Applied Learning: Don’t just write to your classmates, talk to them

by Vinesh Kannan, Class of 2015

The diversity and potential that student-led organizations have at IMSA is tremendous. This time of year, many students are applying for positions in groups because they enjoy their activities and because they provide a great opportunity for personal development. If you value those clubs and their contributions, you’ll take it as your responsibility to ensure that they improve with every year. While writing your responses, reach out to those students who made the applications in the first place – this article will give you a peek into what you can learn from them.

’Tis the season for applications, interviews, and group processes. Within 24 hours of the Application Library’s debut on the Student Council website, it jumped onto our top ten pages list, with more than 244 different users having downloaded a document to this date.

This is with good reason. With such a variety of vibrant student-run organizations at IMSA, it’s easy to imagine yourself joining the ranks of a club or team that interests you. These “extracurricular” activities are opportunities that so many of us at IMSA engage in not just because they are fun, but despite the connotation of the term used to describe them, they can be a powerful educational experience. Students at IMSA should be encouraged to pursue leadership roles in groups on campus because they are fantastic outlets for our skills and teach crucial lessons about cooperation and creativity. And if you value those clubs and their contributions, you’ll take it as your responsibility to ensure that they improve with every year. The challenge comes in pitching yourself to your classmates as a valuable asset in a club. No matter how excited you are about applying to join a new organization, if you don’t have much experience with the work and tasks that the group needs to complete, writing a strong application can be tough. On both sides of the application process, I have observed my classmates frustrated with vague responses, unimaginative ideas, and confusion over the basic functions of an organization on our campus.

There is a simple solution to this: just reach out to the people who brought you that diabolically difficult application in the first place. Applying can be a powerful learning experience too if you treat it as such. The best source of information and inspiration for diving into a club lies in the students who work to make them thriving organizations. Many of us become interested in and learn about groups at IMSA in the first place because upperclassmen we look up to or live with are so involved in them. Even though your application reflects your perspectives, skills, and ideas, there is no shame in reaching out to current members of the group for help and constructive feedback along the way. If you’ll be filling out an application in the next few weeks, do the quality of your responses a favor and take the following bits of advice… there’s a good chance you’ll surprise yourself with how much you learn.

Pick someone’s brain.

Calling for new members provides a special moment of exposure for a club at IMSA. With a new year ahead, candidates for leadership positions begin to put more thought than usual into devising new projects and events for the future. To make sure that those ideas are valuable and not a waste of time to the people reading them when they pop up in application responses, a good applicant needs a little something called “organizational memory.” It’s a technical term that refers to the history of a team’s efforts, especially with respect to their successes and failures. If you run an idea by an upperclassman on the board of the club you are applying to, there’s a good chance they’ll be able to point out some holes in your plan that, while perhaps not apparent to you, they must have dealt with many times over. New students discussing past endeavors with more experienced members is necessary to prevent an organization from repeating the same mistakes each year. Experienced leaders are always willing to talk about the causes and projects they care about, take advantage of that wealth of knowledge to bolster any content in your applications.

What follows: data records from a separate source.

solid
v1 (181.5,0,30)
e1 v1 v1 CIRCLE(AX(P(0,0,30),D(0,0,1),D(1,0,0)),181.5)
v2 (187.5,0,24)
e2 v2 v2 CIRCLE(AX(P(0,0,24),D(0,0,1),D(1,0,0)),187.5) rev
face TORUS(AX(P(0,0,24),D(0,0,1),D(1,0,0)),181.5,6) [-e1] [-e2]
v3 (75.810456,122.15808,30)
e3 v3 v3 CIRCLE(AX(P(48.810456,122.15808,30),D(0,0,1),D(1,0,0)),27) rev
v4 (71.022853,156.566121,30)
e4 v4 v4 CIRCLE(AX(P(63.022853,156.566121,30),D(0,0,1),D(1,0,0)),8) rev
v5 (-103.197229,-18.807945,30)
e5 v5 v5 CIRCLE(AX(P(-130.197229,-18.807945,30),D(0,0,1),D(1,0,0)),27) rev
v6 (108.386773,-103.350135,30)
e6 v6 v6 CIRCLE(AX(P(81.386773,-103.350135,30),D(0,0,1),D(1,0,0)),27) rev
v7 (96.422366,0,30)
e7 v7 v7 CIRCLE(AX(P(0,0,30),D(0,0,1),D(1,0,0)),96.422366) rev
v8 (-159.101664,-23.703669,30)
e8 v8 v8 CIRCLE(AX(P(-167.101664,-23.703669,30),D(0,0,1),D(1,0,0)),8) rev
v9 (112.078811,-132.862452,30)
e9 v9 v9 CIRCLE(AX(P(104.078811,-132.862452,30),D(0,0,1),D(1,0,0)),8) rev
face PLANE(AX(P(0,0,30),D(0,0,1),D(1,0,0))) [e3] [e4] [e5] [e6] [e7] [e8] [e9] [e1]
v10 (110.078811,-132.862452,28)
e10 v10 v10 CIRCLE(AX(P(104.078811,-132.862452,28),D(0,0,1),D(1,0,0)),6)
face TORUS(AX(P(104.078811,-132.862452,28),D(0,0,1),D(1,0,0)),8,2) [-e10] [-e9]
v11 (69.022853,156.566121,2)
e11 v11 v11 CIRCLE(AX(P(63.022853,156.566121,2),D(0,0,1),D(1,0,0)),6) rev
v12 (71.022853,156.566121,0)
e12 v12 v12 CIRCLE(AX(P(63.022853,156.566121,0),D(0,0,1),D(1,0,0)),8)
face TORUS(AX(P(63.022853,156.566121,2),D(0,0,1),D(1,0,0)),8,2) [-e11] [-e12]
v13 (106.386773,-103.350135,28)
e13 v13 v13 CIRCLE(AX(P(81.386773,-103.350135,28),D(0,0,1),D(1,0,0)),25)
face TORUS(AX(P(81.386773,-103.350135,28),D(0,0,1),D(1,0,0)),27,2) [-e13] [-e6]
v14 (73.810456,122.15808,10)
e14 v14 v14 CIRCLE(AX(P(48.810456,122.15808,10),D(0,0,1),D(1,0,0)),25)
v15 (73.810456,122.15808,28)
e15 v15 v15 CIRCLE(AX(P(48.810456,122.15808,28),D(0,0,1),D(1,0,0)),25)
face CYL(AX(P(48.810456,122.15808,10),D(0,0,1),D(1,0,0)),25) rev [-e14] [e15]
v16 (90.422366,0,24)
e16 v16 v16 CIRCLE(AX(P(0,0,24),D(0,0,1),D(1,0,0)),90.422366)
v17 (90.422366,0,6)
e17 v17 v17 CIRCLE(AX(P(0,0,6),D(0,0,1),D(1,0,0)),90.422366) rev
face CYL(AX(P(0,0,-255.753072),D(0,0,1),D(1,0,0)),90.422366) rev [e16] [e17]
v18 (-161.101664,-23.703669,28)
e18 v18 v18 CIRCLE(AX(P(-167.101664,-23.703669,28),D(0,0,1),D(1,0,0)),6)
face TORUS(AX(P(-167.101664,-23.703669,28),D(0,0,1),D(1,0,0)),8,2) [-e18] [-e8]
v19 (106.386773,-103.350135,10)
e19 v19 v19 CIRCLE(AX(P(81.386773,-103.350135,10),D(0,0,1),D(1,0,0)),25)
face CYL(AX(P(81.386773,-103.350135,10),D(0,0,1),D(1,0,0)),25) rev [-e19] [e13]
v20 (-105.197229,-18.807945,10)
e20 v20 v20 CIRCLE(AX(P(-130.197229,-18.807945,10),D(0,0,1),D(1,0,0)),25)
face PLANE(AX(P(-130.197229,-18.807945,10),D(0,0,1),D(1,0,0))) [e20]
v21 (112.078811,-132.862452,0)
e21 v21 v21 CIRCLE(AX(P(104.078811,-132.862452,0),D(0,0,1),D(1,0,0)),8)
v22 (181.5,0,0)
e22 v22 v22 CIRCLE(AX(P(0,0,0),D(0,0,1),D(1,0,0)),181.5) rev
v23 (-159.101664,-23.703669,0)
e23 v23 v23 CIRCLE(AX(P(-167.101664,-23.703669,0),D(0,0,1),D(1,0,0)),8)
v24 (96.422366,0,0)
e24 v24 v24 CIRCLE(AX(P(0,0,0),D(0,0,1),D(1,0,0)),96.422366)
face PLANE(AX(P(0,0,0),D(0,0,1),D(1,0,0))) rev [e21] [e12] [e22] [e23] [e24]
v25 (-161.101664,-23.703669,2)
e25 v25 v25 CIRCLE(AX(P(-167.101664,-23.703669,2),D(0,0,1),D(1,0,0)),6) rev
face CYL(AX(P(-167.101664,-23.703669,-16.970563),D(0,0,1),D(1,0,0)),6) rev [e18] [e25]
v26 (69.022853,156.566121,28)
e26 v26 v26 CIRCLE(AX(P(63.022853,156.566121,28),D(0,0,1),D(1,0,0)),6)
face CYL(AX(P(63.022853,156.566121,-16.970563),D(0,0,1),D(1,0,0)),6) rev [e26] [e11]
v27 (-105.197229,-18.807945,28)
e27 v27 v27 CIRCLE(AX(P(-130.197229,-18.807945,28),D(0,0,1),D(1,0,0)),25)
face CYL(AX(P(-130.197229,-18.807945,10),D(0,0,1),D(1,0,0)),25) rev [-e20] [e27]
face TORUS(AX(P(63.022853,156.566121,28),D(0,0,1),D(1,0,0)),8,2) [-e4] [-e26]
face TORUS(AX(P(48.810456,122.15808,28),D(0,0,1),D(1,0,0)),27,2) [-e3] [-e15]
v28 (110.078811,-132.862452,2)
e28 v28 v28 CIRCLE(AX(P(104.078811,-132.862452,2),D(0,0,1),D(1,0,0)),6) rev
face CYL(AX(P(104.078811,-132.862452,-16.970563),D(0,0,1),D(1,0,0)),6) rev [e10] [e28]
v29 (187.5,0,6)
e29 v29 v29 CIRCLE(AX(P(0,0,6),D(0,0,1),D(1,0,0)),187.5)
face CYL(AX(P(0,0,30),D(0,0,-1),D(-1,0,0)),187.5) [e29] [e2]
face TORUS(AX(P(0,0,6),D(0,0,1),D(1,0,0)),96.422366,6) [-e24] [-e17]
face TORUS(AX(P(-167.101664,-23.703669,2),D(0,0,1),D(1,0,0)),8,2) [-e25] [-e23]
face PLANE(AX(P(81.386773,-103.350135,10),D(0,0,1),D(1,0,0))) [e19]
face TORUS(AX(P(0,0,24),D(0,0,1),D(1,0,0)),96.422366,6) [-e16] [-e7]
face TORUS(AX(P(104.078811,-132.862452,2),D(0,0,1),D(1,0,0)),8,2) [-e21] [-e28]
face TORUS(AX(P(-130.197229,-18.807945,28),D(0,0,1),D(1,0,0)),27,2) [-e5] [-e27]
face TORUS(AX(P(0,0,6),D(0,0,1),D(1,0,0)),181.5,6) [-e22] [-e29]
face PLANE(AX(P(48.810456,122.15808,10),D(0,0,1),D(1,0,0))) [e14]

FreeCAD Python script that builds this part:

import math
import FreeCAD as App
import Part
import Sketcher

V = App.Vector


def edges_at(feature, points):
    """Names of the edges that pass closest to the given points."""
    edges = feature.Shape.Edges
    near = lambda p: min(range(len(edges)), key=lambda i: edges[i].distToShape(Part.Vertex(*p))[0])
    return sorted({f"Edge{near(p) + 1}" for p in points})

doc = App.newDocument("Part")
body = doc.addObject("PartDesign::Body", "Body")

sketch1 = doc.addObject("Sketcher::SketchObject", "Sketch")
body.addObject(sketch1)
sketch1.AttachmentSupport = (doc.XY_Plane, [""])
sketch1.MapMode = "FlatFace"
sketch1.addGeometry(Part.Circle(V(0, 0, 0), V(0, 0, 1), 187.5), False)
sketch1.addConstraint([
    Sketcher.Constraint("Coincident", 0, 3, -1, 1),
    Sketcher.Constraint("Diameter", 0, 375.0),
])
pad1 = doc.addObject("PartDesign::Pad", "Pad")
body.addObject(pad1)
pad1.Profile = sketch1
pad1.Length = 30

sketch2 = doc.addObject("Sketcher::SketchObject", "Sketch001")
body.addObject(sketch2)
sketch2.AttachmentSupport = (doc.XY_Plane, [""])
sketch2.MapMode = "FlatFace"
sketch2.AttachmentOffset = App.Placement(V(0, 0, 30), App.Rotation())
sketch2.addGeometry([
    Part.Circle(V(48.810456, 122.15808, 0), V(0, 0, 1), 25),
    Part.Circle(V(81.386773, -103.350135, 0), V(0, 0, 1), 25),
    Part.Circle(V(-130.197229, -18.807945, 0), V(0, 0, 1), 25),
], False)
sketch2.addConstraint([
    Sketcher.Constraint("Equal", 0, 1),
    Sketcher.Constraint("Equal", 1, 2),
    Sketcher.Constraint("Diameter", 0, 50.0),
    Sketcher.Constraint("DistanceX", 2, 3, 1, 3, 211.584002),
    Sketcher.Constraint("DistanceY", -1, 1, 0, 3, 122.15808),
    Sketcher.Constraint("DistanceX", 2, 3, -1, 1, 130.197229),
    Sketcher.Constraint("DistanceY", 1, 3, 2, 3, 84.542191),
    Sketcher.Constraint("DistanceX", -1, 1, 0, 3, 48.810456),
    Sketcher.Constraint("DistanceY", 1, 3, -1, 1, 103.350135),
])
pocket1 = doc.addObject("PartDesign::Pocket", "Pocket")
body.addObject(pocket1)
pocket1.Profile = sketch2
pocket1.Length = 20

sketch3 = doc.addObject("Sketcher::SketchObject", "Sketch002")
body.addObject(sketch3)
sketch3.AttachmentSupport = (doc.XY_Plane, [""])
sketch3.MapMode = "FlatFace"
sketch3.AttachmentOffset = App.Placement(V(0, 0, 30), App.Rotation())
sketch3.addGeometry([
    Part.ArcOfCircle(Part.Circle(V(-167.101664, -23.703669, 0), V(0, 0, 1), 6), math.radians(0), math.radians(38.073644)),
    Part.ArcOfCircle(Part.Circle(V(-167.101664, -23.703669, 0), V(0, 0, 1), 6), math.radians(38.073644), math.radians(338.073644)),
    Part.ArcOfCircle(Part.Circle(V(-167.101664, -23.703669, 0), V(0, 0, 1), 6), math.radians(-21.926357), math.radians(0)),
    Part.ArcOfCircle(Part.Circle(V(104.078811, -132.862452, 0), V(0, 0, 1), 6), math.radians(0), math.radians(98.073644)),
    Part.ArcOfCircle(Part.Circle(V(104.078811, -132.862452, 0), V(0, 0, 1), 6), math.radians(98.073644), math.radians(158.073644)),
    Part.ArcOfCircle(Part.Circle(V(104.078811, -132.862452, 0), V(0, 0, 1), 6), math.radians(158.073644), math.radians(360)),
    Part.ArcOfCircle(Part.Circle(V(63.022853, 156.566121, 0), V(0, 0, 1), 6), math.radians(0), math.radians(218.073644)),
    Part.ArcOfCircle(Part.Circle(V(63.022853, 156.566121, 0), V(0, 0, 1), 6), math.radians(-141.926356), math.radians(-81.926356)),
    Part.ArcOfCircle(Part.Circle(V(63.022853, 156.566121, 0), V(0, 0, 1), 6), math.radians(-81.926356), math.radians(0)),
], False)
sketch3.addConstraint([
    Sketcher.Constraint("Tangent", 0, 2, 1, 1),
    Sketcher.Constraint("Tangent", 1, 2, 2, 1),
    Sketcher.Constraint("Tangent", 2, 2, 0, 1),
    Sketcher.Constraint("Tangent", 3, 2, 4, 1),
    Sketcher.Constraint("Tangent", 4, 2, 5, 1),
    Sketcher.Constraint("Tangent", 5, 2, 3, 1),
    Sketcher.Constraint("Tangent", 6, 2, 7, 1),
    Sketcher.Constraint("Tangent", 7, 2, 8, 1),
    Sketcher.Constraint("Tangent", 8, 2, 6, 1),
    Sketcher.Constraint("Equal", 2, 3),
    Sketcher.Constraint("Equal", 5, 6),
    Sketcher.Constraint("Horizontal", 1, 3, 2, 2),
    Sketcher.Constraint("Horizontal", 4, 3, 5, 2),
    Sketcher.Constraint("Horizontal", 7, 3, 8, 2),
    Sketcher.Constraint("Radius", 0, 6.0),
    Sketcher.Constraint("DistanceX", 2, 2, 3, 2, 264.337801),
    Sketcher.Constraint("DistanceX", 1, 2, 4, 2, 260.048501),
    Sketcher.Constraint("DistanceY", 0, 3, -1, 1, 23.703669),
    Sketcher.Constraint("DistanceX", -1, 1, 3, 3, 104.078811),
    Sketcher.Constraint("DistanceY", 3, 3, -1, 1, 132.862452),
    Sketcher.Constraint("DistanceY", -1, 1, 6, 3, 156.566121),
    Sketcher.Constraint("DistanceX", 0, 2, -1, 1, 162.378352),
    Sketcher.Constraint("DistanceY", 3, 2, -1, 1, 126.921922),
    Sketcher.Constraint("DistanceX", -1, 1, 6, 2, 58.29954),
    Sketcher.Constraint("DistanceY", -1, 1, 7, 2, 150.62559),
    Sketcher.Constraint("DistanceX", 6, 3, 5, 3, 41.055959),
    Sketcher.Constraint("DistanceY", 1, 2, 0, 2, 5.94053),
])
pocket2 = doc.addObject("PartDesign::Pocket", "Pocket001")
body.addObject(pocket2)
pocket2.Profile = sketch3
pocket2.Length = 30
doc.recompute()

fillet = doc.addObject("PartDesign::Fillet", "Fillet")
body.addObject(fillet)
fillet.Base = (pocket2, edges_at(pocket2, [(23.81, 122.158, 30), (56.387, -103.35, 30), (-155.197, -18.808, 30)]))
fillet.Radius = 2
doc.recompute()

fillet2 = doc.addObject("PartDesign::Fillet", "Fillet001")
body.addObject(fillet2)
fillet2.Base = (fillet, edges_at(fillet, [
    (102.938, -138.753, 30),
    (102.938, -138.753, 0),
    (-173.042, -24.546, 30),
    (-173.042, -24.546, 0),
    (61.066, 162.238, 0),
    (61.066, 162.238, 30),
]))
fillet2.Radius = 2
doc.recompute()

fillet3 = doc.addObject("PartDesign::Fillet", "Fillet002")
body.addObject(fillet3)
fillet3.Base = (fillet2, edges_at(fillet2, [(-187.5, 0, 0), (-187.5, 0, 30)]))
fillet3.Radius = 6

sketch4 = doc.addObject("Sketcher::SketchObject", "Sketch003")
body.addObject(sketch4)
sketch4.AttachmentSupport = (doc.XY_Plane, [""])
sketch4.MapMode = "FlatFace"
sketch4.AttachmentOffset = App.Placement(V(0, 0, 30), App.Rotation())
sketch4.addGeometry(Part.Circle(V(0, 0, 0), V(0, 0, 1), 90.422366), False)
sketch4.addConstraint([
    Sketcher.Constraint("Coincident", 0, 3, -1, 1),
    Sketcher.Constraint("Diameter", 0, 180.844731),
])
pocket3 = doc.addObject("PartDesign::Pocket", "Pocket002")
body.addObject(pocket3)
pocket3.Profile = sketch4
pocket3.Length = 30
doc.recompute()

fillet4 = doc.addObject("PartDesign::Fillet", "Fillet003")
body.addObject(fillet4)
fillet4.Base = (pocket3, edges_at(pocket3, [(-90.422, 0, 30), (-90.422, 0, 0)]))
fillet4.Radius = 6

doc.recompute()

Find another pair of eyes.

Organizational memory has to do with successes as much as failures. While not all veteran club members will be able to fully open up and analyze reasons for failure within their organization, usually because they’re tackling those problems at the present time, you can find people to share their team’s successes anywhere. Talking to any classmate who is close to you and involved with a cause or organization on campus can reveal the tips to creating a great event, reaching out to more students, or dealing with money or time constraints. Groups on campus could learn a lot from each other with just a few conversations and when applying to one, you have a chance to connect their knowledge and create growth. I won’t spoil these pieces of advice with any specific examples – you can find plenty of those just by striking up a chat with a classmate. Thinking of applications specifically, it couldn’t hurt to have that person read over one of your responses to see if you are communicating your thoughts effectively or give you a new perspective on the topic.

Applications and the thoughts that student put into them make for easy prompts to jumpstart a conversation with a more experienced classmate about the organizations that do so much for this campus. But the most important thing to remember is that there’s no good reason to make those discussions exclusive to the application period. Truly passionate veteran leaders will always have an open door and some knowledge waiting for you. Take them up on that, because passing on helpful lessons to the next generation of leaders at IMSA is the only way that our promising clubs and teams can grow. No matter what time of year it is, you can always apply yourself.